A month later, Fozzy (with Di Leo) landed in the United Kingdom for their "The Madness Returns – Winter 2011" tour. The band played back-to-back shows in Reading, Southampton, Cardiff, Leeds, Nottingham, Glasgow, York, Wrexham, Plymouth, High Wycombe and Brighton, between November 2–13, before departing to tour in Germany, the Netherlands and Denmark.

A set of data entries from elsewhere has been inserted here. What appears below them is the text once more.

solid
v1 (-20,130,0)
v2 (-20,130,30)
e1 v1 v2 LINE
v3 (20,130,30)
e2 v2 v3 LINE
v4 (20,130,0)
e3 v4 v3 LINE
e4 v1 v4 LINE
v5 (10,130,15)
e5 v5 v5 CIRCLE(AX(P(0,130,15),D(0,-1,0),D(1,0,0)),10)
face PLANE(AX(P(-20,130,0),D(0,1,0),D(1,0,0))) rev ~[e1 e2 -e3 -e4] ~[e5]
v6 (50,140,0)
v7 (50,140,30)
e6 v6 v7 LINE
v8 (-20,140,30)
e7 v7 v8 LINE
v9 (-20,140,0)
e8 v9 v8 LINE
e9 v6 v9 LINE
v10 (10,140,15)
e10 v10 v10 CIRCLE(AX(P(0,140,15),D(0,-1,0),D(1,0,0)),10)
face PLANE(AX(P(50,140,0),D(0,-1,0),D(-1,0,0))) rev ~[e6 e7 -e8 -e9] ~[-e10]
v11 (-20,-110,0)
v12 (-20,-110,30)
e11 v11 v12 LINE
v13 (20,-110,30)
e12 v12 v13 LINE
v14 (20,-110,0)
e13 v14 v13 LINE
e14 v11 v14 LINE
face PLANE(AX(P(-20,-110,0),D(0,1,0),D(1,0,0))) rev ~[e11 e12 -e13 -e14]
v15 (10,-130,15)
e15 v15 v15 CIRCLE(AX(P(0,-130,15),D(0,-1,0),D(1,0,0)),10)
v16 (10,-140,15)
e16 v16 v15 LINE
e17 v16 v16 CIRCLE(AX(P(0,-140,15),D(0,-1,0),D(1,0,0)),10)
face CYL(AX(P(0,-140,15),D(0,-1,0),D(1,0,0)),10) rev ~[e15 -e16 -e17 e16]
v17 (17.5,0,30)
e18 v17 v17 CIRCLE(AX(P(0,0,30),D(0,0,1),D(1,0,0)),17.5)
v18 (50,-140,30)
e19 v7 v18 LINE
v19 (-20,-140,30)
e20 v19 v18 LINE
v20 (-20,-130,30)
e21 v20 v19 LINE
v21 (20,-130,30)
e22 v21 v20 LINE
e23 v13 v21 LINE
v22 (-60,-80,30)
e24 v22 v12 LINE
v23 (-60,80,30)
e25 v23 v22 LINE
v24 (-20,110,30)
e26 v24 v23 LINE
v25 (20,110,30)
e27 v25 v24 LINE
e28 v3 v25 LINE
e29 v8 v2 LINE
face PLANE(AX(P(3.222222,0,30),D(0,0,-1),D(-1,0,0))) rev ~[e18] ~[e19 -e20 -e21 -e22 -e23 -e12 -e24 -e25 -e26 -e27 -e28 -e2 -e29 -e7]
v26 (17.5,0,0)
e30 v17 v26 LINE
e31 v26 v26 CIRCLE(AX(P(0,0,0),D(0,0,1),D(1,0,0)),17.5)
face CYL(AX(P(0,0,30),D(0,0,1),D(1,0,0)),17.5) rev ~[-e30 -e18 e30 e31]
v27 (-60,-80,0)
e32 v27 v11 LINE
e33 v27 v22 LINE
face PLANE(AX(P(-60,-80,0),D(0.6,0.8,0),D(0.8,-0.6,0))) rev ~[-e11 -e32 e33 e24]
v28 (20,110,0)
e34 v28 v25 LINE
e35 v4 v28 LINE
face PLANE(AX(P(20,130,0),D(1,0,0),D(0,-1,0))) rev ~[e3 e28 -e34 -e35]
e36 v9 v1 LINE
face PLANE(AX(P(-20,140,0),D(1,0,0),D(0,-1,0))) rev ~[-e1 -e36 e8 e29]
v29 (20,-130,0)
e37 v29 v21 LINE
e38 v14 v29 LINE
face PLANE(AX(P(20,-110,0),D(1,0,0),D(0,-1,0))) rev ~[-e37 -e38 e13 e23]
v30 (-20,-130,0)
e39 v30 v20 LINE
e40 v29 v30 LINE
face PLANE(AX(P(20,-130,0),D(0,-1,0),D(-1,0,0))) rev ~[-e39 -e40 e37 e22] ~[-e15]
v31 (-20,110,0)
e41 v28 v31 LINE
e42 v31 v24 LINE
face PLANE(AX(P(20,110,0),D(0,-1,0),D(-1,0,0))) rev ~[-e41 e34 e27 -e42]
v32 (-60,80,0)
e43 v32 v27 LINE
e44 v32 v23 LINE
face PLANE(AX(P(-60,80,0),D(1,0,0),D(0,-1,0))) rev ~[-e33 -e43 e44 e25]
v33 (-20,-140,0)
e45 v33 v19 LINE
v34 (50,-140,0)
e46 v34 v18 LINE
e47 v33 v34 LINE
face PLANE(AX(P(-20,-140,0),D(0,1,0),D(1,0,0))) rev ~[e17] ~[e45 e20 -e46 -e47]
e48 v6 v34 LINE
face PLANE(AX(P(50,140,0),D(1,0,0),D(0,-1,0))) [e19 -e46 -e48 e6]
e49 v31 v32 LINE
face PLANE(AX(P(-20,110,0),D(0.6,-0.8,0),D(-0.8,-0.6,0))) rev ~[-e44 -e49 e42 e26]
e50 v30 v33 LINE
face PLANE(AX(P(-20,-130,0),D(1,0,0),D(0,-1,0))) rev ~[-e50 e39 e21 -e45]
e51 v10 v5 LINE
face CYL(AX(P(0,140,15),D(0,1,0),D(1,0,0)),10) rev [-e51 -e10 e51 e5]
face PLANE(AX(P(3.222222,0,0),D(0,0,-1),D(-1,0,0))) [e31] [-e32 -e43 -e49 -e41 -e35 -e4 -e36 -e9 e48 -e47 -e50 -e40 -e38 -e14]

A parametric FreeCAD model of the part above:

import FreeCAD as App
import Part
import Sketcher
from FreeCAD import Vector

doc = App.newDocument("Part")
body = doc.addObject("PartDesign::Body", "Body")

sketch1 = body.newObject("Sketcher::SketchObject", "Sketch")
sketch1.AttachmentSupport = (doc.getObject("XY_Plane"), [""])
sketch1.MapMode = "FlatFace"
sketch1.addGeometry(Part.LineSegment(Vector(50, -140, 0), Vector(50, 140, 0)), False)
sketch1.addGeometry(Part.LineSegment(Vector(50, 140, 0), Vector(-20, 140, 0)), False)
sketch1.addGeometry(Part.LineSegment(Vector(-20, 140, 0), Vector(-20, 130, 0)), False)
sketch1.addGeometry(Part.LineSegment(Vector(-20, 130, 0), Vector(20, 130, 0)), False)
sketch1.addGeometry(Part.LineSegment(Vector(20, 130, 0), Vector(20, 110, 0)), False)
sketch1.addGeometry(Part.LineSegment(Vector(20, 110, 0), Vector(-20, 110, 0)), False)
sketch1.addGeometry(Part.LineSegment(Vector(-20, 110, 0), Vector(-60, 80, 0)), False)
sketch1.addGeometry(Part.LineSegment(Vector(-60, 80, 0), Vector(-60, -80, 0)), False)
sketch1.addGeometry(Part.LineSegment(Vector(-60, -80, 0), Vector(-20, -110, 0)), False)
sketch1.addGeometry(Part.LineSegment(Vector(-20, -110, 0), Vector(20, -110, 0)), False)
sketch1.addGeometry(Part.LineSegment(Vector(20, -110, 0), Vector(20, -130, 0)), False)
sketch1.addGeometry(Part.LineSegment(Vector(20, -130, 0), Vector(-20, -130, 0)), False)
sketch1.addGeometry(Part.LineSegment(Vector(-20, -130, 0), Vector(-20, -140, 0)), False)
sketch1.addGeometry(Part.LineSegment(Vector(-20, -140, 0), Vector(50, -140, 0)), False)
sketch1.addConstraint(Sketcher.Constraint("Coincident", 0, 2, 1, 1))
sketch1.addConstraint(Sketcher.Constraint("Coincident", 1, 2, 2, 1))
sketch1.addConstraint(Sketcher.Constraint("Coincident", 2, 2, 3, 1))
sketch1.addConstraint(Sketcher.Constraint("Coincident", 3, 2, 4, 1))
sketch1.addConstraint(Sketcher.Constraint("Coincident", 4, 2, 5, 1))
sketch1.addConstraint(Sketcher.Constraint("Coincident", 5, 2, 6, 1))
sketch1.addConstraint(Sketcher.Constraint("Coincident", 6, 2, 7, 1))
sketch1.addConstraint(Sketcher.Constraint("Coincident", 7, 2, 8, 1))
sketch1.addConstraint(Sketcher.Constraint("Coincident", 8, 2, 9, 1))
sketch1.addConstraint(Sketcher.Constraint("Coincident", 9, 2, 10, 1))
sketch1.addConstraint(Sketcher.Constraint("Coincident", 10, 2, 11, 1))
sketch1.addConstraint(Sketcher.Constraint("Coincident", 11, 2, 12, 1))
sketch1.addConstraint(Sketcher.Constraint("Coincident", 12, 2, 13, 1))
sketch1.addConstraint(Sketcher.Constraint("Coincident", 13, 2, 0, 1))
sketch1.addConstraint(Sketcher.Constraint("Vertical", 0))
sketch1.addConstraint(Sketcher.Constraint("Horizontal", 1))
sketch1.addConstraint(Sketcher.Constraint("Vertical", 2))
sketch1.addConstraint(Sketcher.Constraint("Horizontal", 3))
sketch1.addConstraint(Sketcher.Constraint("Vertical", 4))
sketch1.addConstraint(Sketcher.Constraint("Horizontal", 5))
sketch1.addConstraint(Sketcher.Constraint("Vertical", 7))
sketch1.addConstraint(Sketcher.Constraint("Horizontal", 9))
sketch1.addConstraint(Sketcher.Constraint("Vertical", 10))
sketch1.addConstraint(Sketcher.Constraint("Horizontal", 11))
sketch1.addConstraint(Sketcher.Constraint("Vertical", 12))
sketch1.addConstraint(Sketcher.Constraint("Horizontal", 13))
sketch1.addConstraint(Sketcher.Constraint("Symmetric", 4, 2, 8, 2, -1, 1))
sketch1.addConstraint(Sketcher.Constraint("Symmetric", 2, 2, 10, 2, -1, 1))
sketch1.addConstraint(Sketcher.Constraint("Symmetric", 1, 2, 12, 2, -1))
sketch1.addConstraint(Sketcher.Constraint("Vertical", 2, 2, 5, 2))
sketch1.addConstraint(Sketcher.Constraint("Vertical", 5, 2, 8, 2))
sketch1.addConstraint(Sketcher.Constraint("Equal", 6, 8))
sketch1.addConstraint(Sketcher.Constraint("DistanceY", 4, 2, 4, 1, 20.0))
sketch1.addConstraint(Sketcher.Constraint("Distance", 6, 50.0))
sketch1.addConstraint(Sketcher.Constraint("DistanceX", -1, 1, 0, 2, 50.0))
sketch1.addConstraint(Sketcher.Constraint("DistanceX", 1, 2, -1, 1, 20.0))
sketch1.addConstraint(Sketcher.Constraint("DistanceX", 6, 2, -1, 1, 60.0))
sketch1.addConstraint(Sketcher.Constraint("DistanceY", 6, 2, 1, 2, 60.0))
sketch1.addConstraint(Sketcher.Constraint("DistanceY", 0, 1, 0, 2, 280.0))
pad1 = body.newObject("PartDesign::Pad", "Pad")
pad1.Profile = sketch1
pad1.Length = 30

sketch2 = body.newObject("Sketcher::SketchObject", "Sketch001")
sketch2.AttachmentSupport = (doc.getObject("XZ_Plane"), [""])
sketch2.MapMode = "FlatFace"
sketch2.AttachmentOffset = App.Placement(Vector(0, 0, 140), App.Rotation())
sketch2.addGeometry(Part.Circle(Vector(0, 15, 0), Vector(0, 0, 1), 10), False)
sketch2.addConstraint(Sketcher.Constraint("PointOnObject", 0, 3, -2))
sketch2.addConstraint(Sketcher.Constraint("Diameter", 0, 20.0))
sketch2.addConstraint(Sketcher.Constraint("DistanceY", -1, 1, 0, 3, 15.0))
pocket1 = body.newObject("PartDesign::Pocket", "Pocket")
pocket1.Profile = sketch2
pocket1.Type = "UpToFirst"
doc.recompute()

mirrored = body.newObject("PartDesign::Mirrored", "Mirrored")
mirrored.Originals = [pocket1]
mirrored.MirrorPlane = (doc.getObject("XZ_Plane"), [""])
body.Tip = mirrored

sketch3 = body.newObject("Sketcher::SketchObject", "Sketch002")
sketch3.AttachmentSupport = (doc.getObject("XY_Plane"), [""])
sketch3.MapMode = "FlatFace"
sketch3.AttachmentOffset = App.Placement(Vector(0, 0, 30), App.Rotation())
sketch3.addGeometry(Part.Circle(Vector(0, 0, 0), Vector(0, 0, 1), 18), False)
sketch3.addConstraint(Sketcher.Constraint("Coincident", 0, 3, -1, 1))
sketch3.addConstraint(Sketcher.Constraint("Diameter", 0, 35.0))
pocket2 = body.newObject("PartDesign::Pocket", "Pocket001")
pocket2.Profile = sketch3
pocket2.Type = "UpToFirst"

doc.recompute()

On January 18, 2012, Fozzy announced that they had signed with Century Media Records and subsequent plans to release their fifth studio album during the Summer. Fozzy's fifth studio album and debut with Century Media is entitled Sin and Bones and is set for an August release. On July 10, Fozzy released their first single from their new album, as "Sandpaper" (featuring M. Shadows of Avenged Sevenfold) was published onto YouTube with an "Evolution of Fozzy" video. "Sandpaper" became available for download on iTunes on July 17.

Despite his absence on stage, Di Leo recorded three albums with the band: Sin and Bones in 2011, Do You Wanna Start a War in 2014 and Judas in 2017.